Depois vieram os jogos contra a Rússia, Pais de Gales e França. O jogo contra a França foi no dia de São João e eu estava voltando do Mauriti ao Crato, acompanhando os resultados parciais em cada café da beira da estrada. Mas soube que no Crato, antes do inicio do jogo contra a França, a tia Lurdinha se retirou da sala onde estava o velho rádio telefunken, dizendo que ia conversar com Santa Terezinha para o Brasil ganhar da França. Huberto Cabral protestou: “Santa Terezinha é francesa!” Houve uma gargalhada geral. Mas acredito que nesse dia Santa Terezinha, lá do céu, se esqueceu da França e foi fiel à sua amiga, pois o Brasil começou arrasador com um gol do vascaíno Vavá, logo aos 2 minutos de partida.
Na final contra a Suécia, já estávamos de férias no São José. Era um domingo e o jogo seria iniciado às 11 horas da manhã.

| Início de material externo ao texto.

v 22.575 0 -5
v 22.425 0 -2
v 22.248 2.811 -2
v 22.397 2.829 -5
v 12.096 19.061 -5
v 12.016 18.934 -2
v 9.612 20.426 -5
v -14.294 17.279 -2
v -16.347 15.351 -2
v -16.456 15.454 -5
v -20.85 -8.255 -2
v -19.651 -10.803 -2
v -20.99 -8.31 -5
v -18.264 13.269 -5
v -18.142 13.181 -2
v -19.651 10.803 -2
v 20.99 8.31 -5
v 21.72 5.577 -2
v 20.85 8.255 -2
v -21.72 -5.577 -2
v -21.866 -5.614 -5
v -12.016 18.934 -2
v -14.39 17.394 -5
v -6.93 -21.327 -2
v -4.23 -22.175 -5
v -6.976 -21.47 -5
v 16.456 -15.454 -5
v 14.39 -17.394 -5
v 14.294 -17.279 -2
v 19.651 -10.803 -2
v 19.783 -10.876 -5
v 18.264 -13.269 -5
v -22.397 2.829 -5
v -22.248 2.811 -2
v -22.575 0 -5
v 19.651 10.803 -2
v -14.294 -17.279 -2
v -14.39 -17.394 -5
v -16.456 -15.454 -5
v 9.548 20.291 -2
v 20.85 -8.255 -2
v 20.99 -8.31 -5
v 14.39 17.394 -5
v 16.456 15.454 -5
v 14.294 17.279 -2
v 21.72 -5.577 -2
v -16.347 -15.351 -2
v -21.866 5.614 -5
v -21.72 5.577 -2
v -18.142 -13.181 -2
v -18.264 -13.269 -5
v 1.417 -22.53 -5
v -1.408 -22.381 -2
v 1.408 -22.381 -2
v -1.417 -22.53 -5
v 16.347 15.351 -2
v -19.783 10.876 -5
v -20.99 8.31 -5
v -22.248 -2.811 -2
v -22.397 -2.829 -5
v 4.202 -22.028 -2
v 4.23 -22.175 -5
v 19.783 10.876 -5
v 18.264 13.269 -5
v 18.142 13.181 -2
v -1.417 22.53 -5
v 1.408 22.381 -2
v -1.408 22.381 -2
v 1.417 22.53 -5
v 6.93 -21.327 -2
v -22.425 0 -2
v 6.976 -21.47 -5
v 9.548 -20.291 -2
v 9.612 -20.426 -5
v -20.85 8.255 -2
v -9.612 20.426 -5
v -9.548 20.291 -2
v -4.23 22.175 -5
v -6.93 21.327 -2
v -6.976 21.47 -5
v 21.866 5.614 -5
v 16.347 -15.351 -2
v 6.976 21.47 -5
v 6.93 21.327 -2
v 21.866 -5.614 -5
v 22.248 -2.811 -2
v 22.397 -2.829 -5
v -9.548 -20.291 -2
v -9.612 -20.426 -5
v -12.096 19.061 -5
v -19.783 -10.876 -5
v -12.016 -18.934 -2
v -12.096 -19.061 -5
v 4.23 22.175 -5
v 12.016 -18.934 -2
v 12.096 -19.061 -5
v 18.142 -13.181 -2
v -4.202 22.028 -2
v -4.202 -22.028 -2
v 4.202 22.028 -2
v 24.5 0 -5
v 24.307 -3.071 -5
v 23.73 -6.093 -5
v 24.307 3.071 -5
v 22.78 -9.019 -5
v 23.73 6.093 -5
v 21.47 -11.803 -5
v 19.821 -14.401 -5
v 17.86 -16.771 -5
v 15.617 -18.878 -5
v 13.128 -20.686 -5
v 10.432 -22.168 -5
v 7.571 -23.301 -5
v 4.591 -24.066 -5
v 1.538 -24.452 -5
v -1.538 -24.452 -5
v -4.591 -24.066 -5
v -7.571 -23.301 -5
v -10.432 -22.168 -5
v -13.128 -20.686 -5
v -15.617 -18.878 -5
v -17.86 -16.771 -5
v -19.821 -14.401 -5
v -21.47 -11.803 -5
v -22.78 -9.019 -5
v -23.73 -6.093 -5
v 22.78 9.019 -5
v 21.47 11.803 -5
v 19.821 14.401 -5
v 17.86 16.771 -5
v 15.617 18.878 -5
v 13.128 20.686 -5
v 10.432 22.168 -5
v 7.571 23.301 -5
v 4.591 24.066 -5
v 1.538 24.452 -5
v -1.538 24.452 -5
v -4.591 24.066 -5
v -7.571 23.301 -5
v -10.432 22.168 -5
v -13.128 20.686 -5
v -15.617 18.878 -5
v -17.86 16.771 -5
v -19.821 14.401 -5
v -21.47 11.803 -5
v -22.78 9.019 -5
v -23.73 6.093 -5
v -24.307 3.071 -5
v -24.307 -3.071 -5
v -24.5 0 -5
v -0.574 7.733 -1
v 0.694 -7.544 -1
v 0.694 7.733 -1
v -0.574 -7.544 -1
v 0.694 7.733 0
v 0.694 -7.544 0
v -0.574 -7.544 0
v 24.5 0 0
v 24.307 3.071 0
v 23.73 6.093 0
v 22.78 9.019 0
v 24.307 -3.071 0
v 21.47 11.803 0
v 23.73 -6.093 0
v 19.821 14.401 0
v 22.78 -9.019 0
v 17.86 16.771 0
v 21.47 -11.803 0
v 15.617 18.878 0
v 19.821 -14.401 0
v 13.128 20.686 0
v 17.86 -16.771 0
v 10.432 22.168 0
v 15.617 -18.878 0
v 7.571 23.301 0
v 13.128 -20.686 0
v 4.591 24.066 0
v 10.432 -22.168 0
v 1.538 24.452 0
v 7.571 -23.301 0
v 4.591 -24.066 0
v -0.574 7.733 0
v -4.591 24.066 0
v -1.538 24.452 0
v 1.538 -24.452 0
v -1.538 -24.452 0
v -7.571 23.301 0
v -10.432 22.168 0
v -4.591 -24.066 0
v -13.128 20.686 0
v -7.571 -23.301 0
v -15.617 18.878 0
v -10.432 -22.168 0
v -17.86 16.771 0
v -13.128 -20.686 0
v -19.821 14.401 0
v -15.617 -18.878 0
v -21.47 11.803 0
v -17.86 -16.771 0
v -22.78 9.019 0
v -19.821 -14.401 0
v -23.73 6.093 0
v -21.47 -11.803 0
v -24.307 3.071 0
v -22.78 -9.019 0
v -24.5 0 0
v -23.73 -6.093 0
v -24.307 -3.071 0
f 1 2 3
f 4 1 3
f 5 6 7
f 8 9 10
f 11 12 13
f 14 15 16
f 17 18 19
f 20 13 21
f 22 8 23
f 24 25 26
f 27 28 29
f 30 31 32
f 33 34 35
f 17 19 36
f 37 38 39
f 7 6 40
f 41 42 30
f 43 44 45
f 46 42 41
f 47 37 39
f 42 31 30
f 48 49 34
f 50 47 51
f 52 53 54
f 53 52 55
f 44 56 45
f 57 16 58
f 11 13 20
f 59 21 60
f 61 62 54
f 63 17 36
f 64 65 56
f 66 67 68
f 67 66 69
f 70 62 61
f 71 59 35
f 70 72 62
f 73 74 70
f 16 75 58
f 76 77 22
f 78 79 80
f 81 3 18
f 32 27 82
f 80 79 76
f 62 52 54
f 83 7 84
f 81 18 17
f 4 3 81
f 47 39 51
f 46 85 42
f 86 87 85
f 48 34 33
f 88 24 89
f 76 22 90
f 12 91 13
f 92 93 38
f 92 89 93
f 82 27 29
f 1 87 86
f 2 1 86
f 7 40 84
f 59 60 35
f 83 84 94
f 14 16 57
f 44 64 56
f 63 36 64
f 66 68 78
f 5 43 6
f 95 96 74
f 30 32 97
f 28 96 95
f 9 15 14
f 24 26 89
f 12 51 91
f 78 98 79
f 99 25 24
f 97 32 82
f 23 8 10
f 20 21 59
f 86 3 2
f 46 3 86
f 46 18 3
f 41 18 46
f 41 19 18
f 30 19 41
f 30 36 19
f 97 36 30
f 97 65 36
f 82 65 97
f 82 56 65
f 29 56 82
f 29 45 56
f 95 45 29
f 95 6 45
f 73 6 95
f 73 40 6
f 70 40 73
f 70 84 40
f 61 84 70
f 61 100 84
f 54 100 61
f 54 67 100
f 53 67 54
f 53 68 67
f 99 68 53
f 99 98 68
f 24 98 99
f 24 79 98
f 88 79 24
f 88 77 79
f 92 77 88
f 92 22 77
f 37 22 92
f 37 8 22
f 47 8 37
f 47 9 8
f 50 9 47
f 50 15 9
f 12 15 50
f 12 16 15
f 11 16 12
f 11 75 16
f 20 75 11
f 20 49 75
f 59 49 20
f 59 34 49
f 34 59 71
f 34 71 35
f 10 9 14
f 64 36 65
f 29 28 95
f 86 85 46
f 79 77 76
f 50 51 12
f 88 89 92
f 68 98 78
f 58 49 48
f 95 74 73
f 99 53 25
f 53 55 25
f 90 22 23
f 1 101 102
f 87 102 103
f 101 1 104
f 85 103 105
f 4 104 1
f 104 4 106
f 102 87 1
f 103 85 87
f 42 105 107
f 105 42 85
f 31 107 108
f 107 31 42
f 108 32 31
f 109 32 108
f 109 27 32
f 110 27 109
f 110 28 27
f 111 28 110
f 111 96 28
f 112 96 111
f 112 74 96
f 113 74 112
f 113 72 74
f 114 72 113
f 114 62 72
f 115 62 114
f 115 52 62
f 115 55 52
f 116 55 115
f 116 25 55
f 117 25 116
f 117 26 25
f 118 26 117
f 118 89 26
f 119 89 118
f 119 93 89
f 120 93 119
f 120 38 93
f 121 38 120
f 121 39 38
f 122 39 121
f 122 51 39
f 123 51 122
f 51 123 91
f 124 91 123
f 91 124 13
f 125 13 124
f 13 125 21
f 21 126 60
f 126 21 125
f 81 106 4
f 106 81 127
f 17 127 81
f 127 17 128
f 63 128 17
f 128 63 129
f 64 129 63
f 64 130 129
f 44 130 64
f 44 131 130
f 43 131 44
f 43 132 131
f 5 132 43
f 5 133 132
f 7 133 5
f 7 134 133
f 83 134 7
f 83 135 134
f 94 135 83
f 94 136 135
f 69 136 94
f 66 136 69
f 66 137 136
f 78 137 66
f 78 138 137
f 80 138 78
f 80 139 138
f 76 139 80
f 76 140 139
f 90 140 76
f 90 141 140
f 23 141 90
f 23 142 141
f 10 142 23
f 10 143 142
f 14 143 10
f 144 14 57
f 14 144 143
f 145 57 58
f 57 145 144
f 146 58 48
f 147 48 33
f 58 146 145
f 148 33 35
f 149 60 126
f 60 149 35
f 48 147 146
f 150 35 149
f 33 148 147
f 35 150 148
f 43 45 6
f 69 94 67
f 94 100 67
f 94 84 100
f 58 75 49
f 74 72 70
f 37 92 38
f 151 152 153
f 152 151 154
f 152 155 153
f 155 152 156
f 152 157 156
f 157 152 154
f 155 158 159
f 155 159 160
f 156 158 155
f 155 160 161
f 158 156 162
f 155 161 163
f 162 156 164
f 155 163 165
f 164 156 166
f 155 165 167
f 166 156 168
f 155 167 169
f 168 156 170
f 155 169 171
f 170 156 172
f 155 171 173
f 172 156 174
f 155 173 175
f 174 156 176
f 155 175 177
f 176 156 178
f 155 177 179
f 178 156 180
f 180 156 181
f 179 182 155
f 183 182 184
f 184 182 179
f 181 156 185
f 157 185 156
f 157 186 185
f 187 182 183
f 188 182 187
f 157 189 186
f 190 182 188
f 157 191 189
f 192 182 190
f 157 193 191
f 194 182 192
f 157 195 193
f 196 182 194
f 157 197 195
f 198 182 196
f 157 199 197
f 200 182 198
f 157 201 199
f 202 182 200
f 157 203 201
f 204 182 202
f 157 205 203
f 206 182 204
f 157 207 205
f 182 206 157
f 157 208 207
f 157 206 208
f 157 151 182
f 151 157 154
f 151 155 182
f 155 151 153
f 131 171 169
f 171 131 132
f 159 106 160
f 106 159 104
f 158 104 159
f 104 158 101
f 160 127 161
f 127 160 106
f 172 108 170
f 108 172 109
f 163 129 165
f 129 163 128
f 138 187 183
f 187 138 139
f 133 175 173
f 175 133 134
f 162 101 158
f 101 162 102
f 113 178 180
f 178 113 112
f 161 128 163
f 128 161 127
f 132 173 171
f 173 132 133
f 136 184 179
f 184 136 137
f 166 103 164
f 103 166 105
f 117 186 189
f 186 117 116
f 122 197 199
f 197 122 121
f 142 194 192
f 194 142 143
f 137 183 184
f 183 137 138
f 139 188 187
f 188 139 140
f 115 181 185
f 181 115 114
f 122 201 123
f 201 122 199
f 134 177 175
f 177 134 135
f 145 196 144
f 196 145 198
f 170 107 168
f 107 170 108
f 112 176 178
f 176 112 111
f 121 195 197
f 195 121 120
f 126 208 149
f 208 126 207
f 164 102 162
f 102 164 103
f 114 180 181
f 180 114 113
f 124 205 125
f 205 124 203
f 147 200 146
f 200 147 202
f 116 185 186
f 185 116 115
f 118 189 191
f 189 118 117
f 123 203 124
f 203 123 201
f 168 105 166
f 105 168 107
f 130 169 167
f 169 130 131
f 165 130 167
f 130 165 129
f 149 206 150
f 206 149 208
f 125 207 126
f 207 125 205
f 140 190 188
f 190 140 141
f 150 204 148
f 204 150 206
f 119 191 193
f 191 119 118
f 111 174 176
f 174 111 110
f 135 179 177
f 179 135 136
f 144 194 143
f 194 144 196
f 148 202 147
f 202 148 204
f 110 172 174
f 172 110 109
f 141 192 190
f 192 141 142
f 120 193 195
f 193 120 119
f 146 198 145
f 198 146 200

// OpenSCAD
$fn = 50;


difference() {
	union() {
		translate(v = [0, 0, -5.0000000000]) {
			cylinder(h = 5, r = 24.5000000000);
		}
	}
	union() {
		#translate(v = [0, 0, -5.0000000000]) {
			cylinder(h = 3, r1 = 22.5750000000, r2 = 22.4250000000);
		}
		translate(v = [0, 0, -1]) {
			linear_extrude(height = 1) {
				text(font = "Wingdings", halign = "center", size = 11, text = "|", valign = "center");
			}
		}
	}
}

Naquele tempo não havia energia elétrica no São José, nem rádios de pilha. O único rádio que havia lá em casa era um velho RCA, à bateria de carro, que estava descarregada. Meu irmão Luis Flávio disse que iria ouvir o jogo na casa do Assis de Melo, um nosso parente distante. Este era um solteirão, que morava sozinho num enorme casarão que herdara dos pais, bem próximo do canavial. Tinha mania por eletrônica e sua casa era repleta de rádios velhos, todos danificados de tanto ele fazer experiências. Eu e o primo José Esmeraldo Gonçalves acompanhamos Luis e papai nos pediu para que fôssemos avisá-lo a cada gol do Brasil. Seria uma boa caminhada, pois a casa do Assis distava mais de dois quilômetros da nossa.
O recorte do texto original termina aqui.